Apple-Samsung patent case reaches billion-dollar height
In the latest of patent infringement cases between Apple and Samsung, Apple is now claiming $2.2bn in damages following expert testimony
In a US district court in California, Apple’s lawyers said the firm is entitled to $2.2bn in damages from Samsung for infringing on five of its patents because the infringement came during a period of rapid growth in smartphones.
Apple’s damages expert, Christopher Vellturo, said it lost sales and royalties as a result of Samsung’s sale of more than 37 million smartphones and tablets in the US from August 2011 to end 2013.
Without knowing the total sales revenue, Vellturo justified the damages claim, as it “covered software features that made phones easier to use — an area of weakness for Samsung”.
“That had a dramatic effect on Apple, and the compensation is therefore substantial,” said Vellturo.
Samsung’s lawyers called Apple’s billion-dollar request a “gross, gross exaggeration”
The trial involves five Apple patents and 10 Samsung products: nine models of smartphones and one tablet.
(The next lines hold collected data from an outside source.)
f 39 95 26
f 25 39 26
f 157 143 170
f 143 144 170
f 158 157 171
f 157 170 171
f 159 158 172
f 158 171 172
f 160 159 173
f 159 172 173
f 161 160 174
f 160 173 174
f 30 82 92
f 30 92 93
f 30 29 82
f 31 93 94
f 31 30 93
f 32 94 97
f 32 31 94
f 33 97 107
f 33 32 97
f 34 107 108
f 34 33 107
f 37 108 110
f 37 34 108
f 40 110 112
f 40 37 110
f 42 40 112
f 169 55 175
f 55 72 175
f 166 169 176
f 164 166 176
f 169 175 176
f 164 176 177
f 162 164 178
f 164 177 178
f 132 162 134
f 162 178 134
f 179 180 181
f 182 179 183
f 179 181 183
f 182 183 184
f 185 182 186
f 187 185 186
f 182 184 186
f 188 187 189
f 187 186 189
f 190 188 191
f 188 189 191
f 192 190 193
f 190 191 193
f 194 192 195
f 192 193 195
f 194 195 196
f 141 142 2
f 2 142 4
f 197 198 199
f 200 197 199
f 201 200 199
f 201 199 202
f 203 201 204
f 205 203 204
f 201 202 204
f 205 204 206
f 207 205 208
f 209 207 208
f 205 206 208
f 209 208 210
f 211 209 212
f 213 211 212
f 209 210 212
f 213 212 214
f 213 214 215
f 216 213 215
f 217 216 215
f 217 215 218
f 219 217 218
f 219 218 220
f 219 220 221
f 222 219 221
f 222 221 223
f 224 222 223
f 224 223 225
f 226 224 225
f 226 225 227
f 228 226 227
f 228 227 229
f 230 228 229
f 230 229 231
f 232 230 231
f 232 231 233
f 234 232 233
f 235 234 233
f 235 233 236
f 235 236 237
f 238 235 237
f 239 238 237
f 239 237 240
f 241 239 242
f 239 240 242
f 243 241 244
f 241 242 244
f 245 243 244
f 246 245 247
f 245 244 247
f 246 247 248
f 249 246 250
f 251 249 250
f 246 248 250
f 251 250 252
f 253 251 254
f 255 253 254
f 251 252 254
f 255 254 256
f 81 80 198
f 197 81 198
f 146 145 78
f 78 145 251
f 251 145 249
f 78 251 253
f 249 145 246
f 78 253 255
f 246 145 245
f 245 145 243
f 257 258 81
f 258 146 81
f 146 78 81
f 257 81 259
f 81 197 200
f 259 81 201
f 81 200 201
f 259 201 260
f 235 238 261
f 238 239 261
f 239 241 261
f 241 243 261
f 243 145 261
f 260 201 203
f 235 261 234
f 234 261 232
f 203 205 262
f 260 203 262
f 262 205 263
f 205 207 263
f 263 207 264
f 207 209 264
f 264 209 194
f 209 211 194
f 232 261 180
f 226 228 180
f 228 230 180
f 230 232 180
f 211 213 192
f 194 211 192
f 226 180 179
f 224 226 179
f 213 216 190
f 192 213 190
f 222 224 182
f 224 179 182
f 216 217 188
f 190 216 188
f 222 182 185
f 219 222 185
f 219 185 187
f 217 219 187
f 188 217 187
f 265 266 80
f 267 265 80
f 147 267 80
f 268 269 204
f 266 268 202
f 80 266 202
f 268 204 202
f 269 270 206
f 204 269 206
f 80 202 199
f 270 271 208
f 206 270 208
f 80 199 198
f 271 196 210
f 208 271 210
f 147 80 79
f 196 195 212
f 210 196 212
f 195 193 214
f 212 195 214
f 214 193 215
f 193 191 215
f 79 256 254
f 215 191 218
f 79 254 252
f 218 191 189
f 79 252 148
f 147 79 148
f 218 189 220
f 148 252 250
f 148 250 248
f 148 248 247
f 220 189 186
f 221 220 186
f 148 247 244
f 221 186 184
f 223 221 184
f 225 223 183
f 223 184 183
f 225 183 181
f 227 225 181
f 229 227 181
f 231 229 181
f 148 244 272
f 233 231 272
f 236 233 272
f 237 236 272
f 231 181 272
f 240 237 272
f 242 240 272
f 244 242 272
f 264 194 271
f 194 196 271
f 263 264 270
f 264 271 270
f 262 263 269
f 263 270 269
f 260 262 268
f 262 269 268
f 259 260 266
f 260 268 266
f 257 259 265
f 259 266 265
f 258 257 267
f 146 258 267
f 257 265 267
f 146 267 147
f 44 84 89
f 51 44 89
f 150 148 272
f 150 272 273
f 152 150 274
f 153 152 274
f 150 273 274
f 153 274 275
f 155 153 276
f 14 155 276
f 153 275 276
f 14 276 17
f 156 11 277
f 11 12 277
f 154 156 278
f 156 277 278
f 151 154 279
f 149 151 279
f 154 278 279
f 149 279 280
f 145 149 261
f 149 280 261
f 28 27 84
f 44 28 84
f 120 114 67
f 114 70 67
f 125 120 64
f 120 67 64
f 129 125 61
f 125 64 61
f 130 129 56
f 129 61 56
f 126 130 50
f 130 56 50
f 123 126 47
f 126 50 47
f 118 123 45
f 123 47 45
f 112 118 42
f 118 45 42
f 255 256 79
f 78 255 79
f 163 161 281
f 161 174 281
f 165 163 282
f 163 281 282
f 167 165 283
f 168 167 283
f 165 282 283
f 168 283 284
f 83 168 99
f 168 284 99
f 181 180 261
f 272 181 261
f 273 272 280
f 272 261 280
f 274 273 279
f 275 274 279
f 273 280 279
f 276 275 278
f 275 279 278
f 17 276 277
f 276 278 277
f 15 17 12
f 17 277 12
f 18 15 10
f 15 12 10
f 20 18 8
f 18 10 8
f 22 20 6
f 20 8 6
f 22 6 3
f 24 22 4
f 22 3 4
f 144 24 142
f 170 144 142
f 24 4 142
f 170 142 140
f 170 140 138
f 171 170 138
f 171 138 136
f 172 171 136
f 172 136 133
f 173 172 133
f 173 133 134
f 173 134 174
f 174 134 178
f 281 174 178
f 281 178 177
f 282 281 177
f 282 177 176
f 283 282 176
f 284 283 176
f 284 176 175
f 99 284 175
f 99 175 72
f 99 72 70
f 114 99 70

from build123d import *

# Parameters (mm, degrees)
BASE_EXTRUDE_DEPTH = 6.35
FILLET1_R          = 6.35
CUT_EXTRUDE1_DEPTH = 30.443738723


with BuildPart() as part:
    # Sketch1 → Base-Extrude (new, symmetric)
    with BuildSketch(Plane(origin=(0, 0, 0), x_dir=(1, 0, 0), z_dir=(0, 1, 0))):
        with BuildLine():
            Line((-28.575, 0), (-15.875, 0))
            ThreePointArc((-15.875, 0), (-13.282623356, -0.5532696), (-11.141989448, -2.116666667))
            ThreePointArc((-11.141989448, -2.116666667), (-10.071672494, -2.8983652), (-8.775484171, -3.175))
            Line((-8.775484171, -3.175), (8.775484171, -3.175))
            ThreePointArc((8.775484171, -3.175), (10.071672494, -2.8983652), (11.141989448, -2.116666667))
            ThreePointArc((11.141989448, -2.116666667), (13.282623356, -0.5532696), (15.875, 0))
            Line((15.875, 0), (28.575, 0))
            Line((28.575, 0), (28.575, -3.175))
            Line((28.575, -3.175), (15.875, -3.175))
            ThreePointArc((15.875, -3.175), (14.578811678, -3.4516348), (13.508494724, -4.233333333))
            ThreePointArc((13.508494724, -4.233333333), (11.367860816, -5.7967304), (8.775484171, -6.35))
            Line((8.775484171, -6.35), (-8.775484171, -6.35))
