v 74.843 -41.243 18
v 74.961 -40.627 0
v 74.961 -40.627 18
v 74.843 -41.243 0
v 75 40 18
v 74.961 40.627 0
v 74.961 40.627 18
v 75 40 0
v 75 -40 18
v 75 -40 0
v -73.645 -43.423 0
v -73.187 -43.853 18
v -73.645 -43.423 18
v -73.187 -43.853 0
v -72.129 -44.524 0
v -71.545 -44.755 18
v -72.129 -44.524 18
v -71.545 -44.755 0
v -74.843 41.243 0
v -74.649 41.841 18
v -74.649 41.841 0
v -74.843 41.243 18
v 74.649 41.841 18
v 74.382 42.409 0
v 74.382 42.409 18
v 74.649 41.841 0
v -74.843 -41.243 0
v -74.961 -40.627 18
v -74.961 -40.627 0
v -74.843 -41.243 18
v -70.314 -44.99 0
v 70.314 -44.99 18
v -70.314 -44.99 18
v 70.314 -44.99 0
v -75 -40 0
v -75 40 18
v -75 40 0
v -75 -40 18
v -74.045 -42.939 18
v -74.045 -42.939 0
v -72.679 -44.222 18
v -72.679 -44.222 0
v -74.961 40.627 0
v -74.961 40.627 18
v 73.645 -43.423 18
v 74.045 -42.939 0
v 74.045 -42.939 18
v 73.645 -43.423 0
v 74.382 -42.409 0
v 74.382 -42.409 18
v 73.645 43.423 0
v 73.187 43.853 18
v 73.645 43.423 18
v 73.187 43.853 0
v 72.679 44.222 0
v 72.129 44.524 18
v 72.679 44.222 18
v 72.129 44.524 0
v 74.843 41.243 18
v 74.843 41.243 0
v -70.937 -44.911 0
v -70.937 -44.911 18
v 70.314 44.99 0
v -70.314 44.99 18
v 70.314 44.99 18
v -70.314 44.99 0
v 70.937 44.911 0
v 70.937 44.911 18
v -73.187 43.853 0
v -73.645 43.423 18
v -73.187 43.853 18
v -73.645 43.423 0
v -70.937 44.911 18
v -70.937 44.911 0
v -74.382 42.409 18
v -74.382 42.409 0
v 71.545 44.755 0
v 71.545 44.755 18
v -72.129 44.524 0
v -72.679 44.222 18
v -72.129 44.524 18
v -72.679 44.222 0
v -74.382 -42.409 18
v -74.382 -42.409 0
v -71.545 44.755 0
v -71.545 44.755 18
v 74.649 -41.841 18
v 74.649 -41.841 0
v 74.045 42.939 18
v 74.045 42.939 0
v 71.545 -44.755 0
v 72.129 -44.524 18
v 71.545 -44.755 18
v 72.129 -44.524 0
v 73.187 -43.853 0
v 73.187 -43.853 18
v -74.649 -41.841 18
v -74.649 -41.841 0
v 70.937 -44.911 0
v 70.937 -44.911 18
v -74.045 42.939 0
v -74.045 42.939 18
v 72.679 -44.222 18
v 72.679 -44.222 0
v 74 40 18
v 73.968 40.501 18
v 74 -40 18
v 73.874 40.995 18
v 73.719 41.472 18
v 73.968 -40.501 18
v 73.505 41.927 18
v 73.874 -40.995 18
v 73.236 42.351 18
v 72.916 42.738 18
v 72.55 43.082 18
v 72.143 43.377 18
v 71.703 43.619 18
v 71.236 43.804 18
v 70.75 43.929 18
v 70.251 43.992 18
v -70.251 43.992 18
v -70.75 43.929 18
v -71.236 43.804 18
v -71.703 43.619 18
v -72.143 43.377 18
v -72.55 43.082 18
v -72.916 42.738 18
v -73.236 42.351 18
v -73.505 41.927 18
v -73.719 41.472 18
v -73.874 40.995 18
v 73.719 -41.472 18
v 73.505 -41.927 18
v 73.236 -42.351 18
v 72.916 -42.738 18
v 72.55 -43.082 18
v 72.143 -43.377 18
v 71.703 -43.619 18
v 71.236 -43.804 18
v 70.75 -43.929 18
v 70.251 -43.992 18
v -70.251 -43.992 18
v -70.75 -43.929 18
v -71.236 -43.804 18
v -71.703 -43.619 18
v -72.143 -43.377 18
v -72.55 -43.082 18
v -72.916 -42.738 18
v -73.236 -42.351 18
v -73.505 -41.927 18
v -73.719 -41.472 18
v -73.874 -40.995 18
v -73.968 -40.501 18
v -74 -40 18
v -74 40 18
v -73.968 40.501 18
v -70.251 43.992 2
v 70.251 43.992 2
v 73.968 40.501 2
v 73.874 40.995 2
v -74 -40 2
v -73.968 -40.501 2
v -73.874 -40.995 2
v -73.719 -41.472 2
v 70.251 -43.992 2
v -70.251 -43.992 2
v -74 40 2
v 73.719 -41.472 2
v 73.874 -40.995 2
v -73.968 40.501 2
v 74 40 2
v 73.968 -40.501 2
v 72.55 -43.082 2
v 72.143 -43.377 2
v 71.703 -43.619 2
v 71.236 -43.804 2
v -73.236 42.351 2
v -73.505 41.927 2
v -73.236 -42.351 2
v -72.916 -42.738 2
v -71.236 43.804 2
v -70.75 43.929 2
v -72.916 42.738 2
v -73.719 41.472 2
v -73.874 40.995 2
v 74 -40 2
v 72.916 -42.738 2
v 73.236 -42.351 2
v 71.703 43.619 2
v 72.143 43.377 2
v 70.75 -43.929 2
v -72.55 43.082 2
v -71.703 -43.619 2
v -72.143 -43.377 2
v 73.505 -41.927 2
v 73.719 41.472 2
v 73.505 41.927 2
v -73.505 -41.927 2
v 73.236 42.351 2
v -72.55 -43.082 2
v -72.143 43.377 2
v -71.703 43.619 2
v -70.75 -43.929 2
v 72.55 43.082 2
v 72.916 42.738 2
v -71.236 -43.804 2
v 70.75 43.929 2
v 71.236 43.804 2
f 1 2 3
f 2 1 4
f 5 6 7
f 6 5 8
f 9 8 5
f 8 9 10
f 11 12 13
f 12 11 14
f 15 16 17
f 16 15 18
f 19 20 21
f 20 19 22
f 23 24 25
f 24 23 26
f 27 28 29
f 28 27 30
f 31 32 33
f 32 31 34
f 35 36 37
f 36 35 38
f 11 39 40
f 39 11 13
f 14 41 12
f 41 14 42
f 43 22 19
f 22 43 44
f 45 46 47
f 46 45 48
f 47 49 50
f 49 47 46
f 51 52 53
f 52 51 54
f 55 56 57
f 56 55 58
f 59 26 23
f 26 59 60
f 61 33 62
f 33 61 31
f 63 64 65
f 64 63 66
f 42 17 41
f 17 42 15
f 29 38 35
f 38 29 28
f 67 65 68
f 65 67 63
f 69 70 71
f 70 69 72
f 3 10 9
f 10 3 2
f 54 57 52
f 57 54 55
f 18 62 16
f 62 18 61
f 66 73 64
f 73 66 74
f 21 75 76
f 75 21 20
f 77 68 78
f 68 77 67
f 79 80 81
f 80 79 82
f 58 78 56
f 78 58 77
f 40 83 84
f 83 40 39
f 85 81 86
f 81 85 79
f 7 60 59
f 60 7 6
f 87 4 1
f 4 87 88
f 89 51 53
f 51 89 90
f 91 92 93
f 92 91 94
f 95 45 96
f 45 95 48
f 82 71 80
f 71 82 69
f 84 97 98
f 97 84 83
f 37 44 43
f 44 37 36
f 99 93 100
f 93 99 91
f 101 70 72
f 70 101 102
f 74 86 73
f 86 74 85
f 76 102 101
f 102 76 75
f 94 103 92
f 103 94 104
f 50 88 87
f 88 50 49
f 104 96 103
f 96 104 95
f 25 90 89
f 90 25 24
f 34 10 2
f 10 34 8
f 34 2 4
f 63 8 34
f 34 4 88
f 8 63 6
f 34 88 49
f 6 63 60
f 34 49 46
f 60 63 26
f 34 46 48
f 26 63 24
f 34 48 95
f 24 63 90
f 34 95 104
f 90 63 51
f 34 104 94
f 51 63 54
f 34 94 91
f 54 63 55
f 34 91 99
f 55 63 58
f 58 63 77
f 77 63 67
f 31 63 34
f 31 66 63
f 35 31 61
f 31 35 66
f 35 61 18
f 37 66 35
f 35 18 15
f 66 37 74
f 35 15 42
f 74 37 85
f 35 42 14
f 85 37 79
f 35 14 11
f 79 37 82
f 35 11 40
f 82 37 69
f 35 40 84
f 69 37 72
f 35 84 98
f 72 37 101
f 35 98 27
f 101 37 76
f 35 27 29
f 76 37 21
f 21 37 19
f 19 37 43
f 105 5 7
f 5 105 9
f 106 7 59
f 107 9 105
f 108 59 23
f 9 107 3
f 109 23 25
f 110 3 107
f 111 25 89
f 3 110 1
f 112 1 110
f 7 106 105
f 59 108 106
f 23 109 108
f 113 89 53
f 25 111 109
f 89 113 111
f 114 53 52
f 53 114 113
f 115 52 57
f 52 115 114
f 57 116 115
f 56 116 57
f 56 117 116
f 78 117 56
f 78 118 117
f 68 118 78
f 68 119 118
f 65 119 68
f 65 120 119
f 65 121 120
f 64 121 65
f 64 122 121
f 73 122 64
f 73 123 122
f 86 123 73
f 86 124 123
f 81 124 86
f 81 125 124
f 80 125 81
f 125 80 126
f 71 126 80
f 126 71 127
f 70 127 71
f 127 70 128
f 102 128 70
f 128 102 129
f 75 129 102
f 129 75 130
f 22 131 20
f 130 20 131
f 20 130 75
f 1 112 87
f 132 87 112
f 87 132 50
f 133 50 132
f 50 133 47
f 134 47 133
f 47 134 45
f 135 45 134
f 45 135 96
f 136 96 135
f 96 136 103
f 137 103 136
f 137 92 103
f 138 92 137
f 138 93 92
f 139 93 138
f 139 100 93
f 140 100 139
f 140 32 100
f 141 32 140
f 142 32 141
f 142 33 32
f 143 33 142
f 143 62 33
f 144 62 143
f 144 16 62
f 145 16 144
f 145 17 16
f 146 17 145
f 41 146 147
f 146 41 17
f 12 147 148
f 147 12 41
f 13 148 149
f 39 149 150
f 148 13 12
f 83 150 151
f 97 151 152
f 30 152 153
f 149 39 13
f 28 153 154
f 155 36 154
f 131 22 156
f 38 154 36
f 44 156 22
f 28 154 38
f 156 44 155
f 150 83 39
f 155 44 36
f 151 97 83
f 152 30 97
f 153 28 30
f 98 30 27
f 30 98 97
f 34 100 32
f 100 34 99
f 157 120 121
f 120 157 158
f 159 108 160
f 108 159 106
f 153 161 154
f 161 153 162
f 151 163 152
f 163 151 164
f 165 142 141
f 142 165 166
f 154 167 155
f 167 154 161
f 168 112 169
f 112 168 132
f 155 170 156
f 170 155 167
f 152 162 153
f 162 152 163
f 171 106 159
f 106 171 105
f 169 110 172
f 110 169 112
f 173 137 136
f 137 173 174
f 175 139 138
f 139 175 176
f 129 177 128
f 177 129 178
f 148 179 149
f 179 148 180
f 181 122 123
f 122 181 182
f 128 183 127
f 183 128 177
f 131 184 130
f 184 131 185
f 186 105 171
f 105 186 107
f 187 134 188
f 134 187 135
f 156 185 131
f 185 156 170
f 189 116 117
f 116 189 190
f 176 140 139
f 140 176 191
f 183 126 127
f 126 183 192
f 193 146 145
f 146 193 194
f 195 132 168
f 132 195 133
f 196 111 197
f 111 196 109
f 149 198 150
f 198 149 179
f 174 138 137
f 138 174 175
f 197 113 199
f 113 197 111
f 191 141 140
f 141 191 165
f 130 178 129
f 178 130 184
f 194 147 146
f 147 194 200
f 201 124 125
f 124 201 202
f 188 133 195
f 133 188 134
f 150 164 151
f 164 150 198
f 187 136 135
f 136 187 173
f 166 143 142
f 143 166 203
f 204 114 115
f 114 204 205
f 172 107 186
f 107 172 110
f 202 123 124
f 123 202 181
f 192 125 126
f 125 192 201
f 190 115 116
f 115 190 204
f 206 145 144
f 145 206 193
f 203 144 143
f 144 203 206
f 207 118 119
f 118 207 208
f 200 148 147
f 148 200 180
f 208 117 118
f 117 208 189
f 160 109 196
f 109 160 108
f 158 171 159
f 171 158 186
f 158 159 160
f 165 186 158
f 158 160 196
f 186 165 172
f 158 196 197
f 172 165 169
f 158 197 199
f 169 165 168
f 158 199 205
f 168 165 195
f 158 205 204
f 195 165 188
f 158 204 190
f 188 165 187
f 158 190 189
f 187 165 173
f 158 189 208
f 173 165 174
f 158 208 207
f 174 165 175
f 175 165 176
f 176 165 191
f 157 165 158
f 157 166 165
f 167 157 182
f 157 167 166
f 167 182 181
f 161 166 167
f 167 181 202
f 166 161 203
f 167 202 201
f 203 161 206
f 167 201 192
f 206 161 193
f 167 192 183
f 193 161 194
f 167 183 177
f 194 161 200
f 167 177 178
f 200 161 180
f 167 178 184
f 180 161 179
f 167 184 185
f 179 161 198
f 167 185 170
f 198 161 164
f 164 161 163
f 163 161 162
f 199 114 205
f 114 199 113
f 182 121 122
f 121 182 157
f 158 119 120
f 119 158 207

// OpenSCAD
$fn = 50;


difference() {
	union() {
		hull() {
			translate(v = [-70.0000000000, 40.0000000000, 0]) {
				cylinder(h = 18, r = 5);
			}
			translate(v = [70.0000000000, 40.0000000000, 0]) {
				cylinder(h = 18, r = 5);
			}
			translate(v = [-70.0000000000, -40.0000000000, 0]) {
				cylinder(h = 18, r = 5);
			}
			translate(v = [70.0000000000, -40.0000000000, 0]) {
				cylinder(h = 18, r = 5);
			}
		}
	}
	union() {
		translate(v = [0, 0, 2]) {
			hull() {
				translate(v = [-70.0000000000, 40.0000000000, 0]) {
					cylinder(h = 16, r = 4);
				}
				translate(v = [70.0000000000, 40.0000000000, 0]) {
					cylinder(h = 16, r = 4);
				}
				translate(v = [-70.0000000000, -40.0000000000, 0]) {
					cylinder(h = 16, r = 4);
				}
				translate(v = [70.0000000000, -40.0000000000, 0]) {
					cylinder(h = 16, r = 4);
				}
			}
		}
	}
}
The patents are the “slide-to-unlock” function; universal search; the ability to sync data in the background; automatic word correction during typing; and contextual links that attach a menu to phone numbers, email and addresses.
Samsung’s lawyers called Apple’s billion-dollar request a “gross, gross exaggeration” that “vastly overrated the scope” of its patent claims. In comparison, Samsung is asking for $7m for two software patents that it says Apple violated.
Another Apple expert, MIT professor John Hauser, surveyed Samsung phone owners in an attempt to determine whether and how much buyers of Samsung phones valued the features related to the five patents.
Apple used a similar analysis from Hauser in the first Apple-Samsung trial in which he found customers might pay as much as $100 more for a Samsung phone that included patented features. In that case, two juries awarded Apple $929m in damages.
However, Samsung attorneys argued that Hauser’s study didn’t take into account the value of Samsung’s brand, the Android operating system or other key features of the phone.
For example, Samsung lawyer Bill Price said that in Hauser’s survey, the alternative to Apple’s automatic word correction patent was to have to choose from among suggestions.
Price used a Galaxy S III to show how that device automatically corrected the word “birfday” to “birthday” without infringing on Apple’s patent.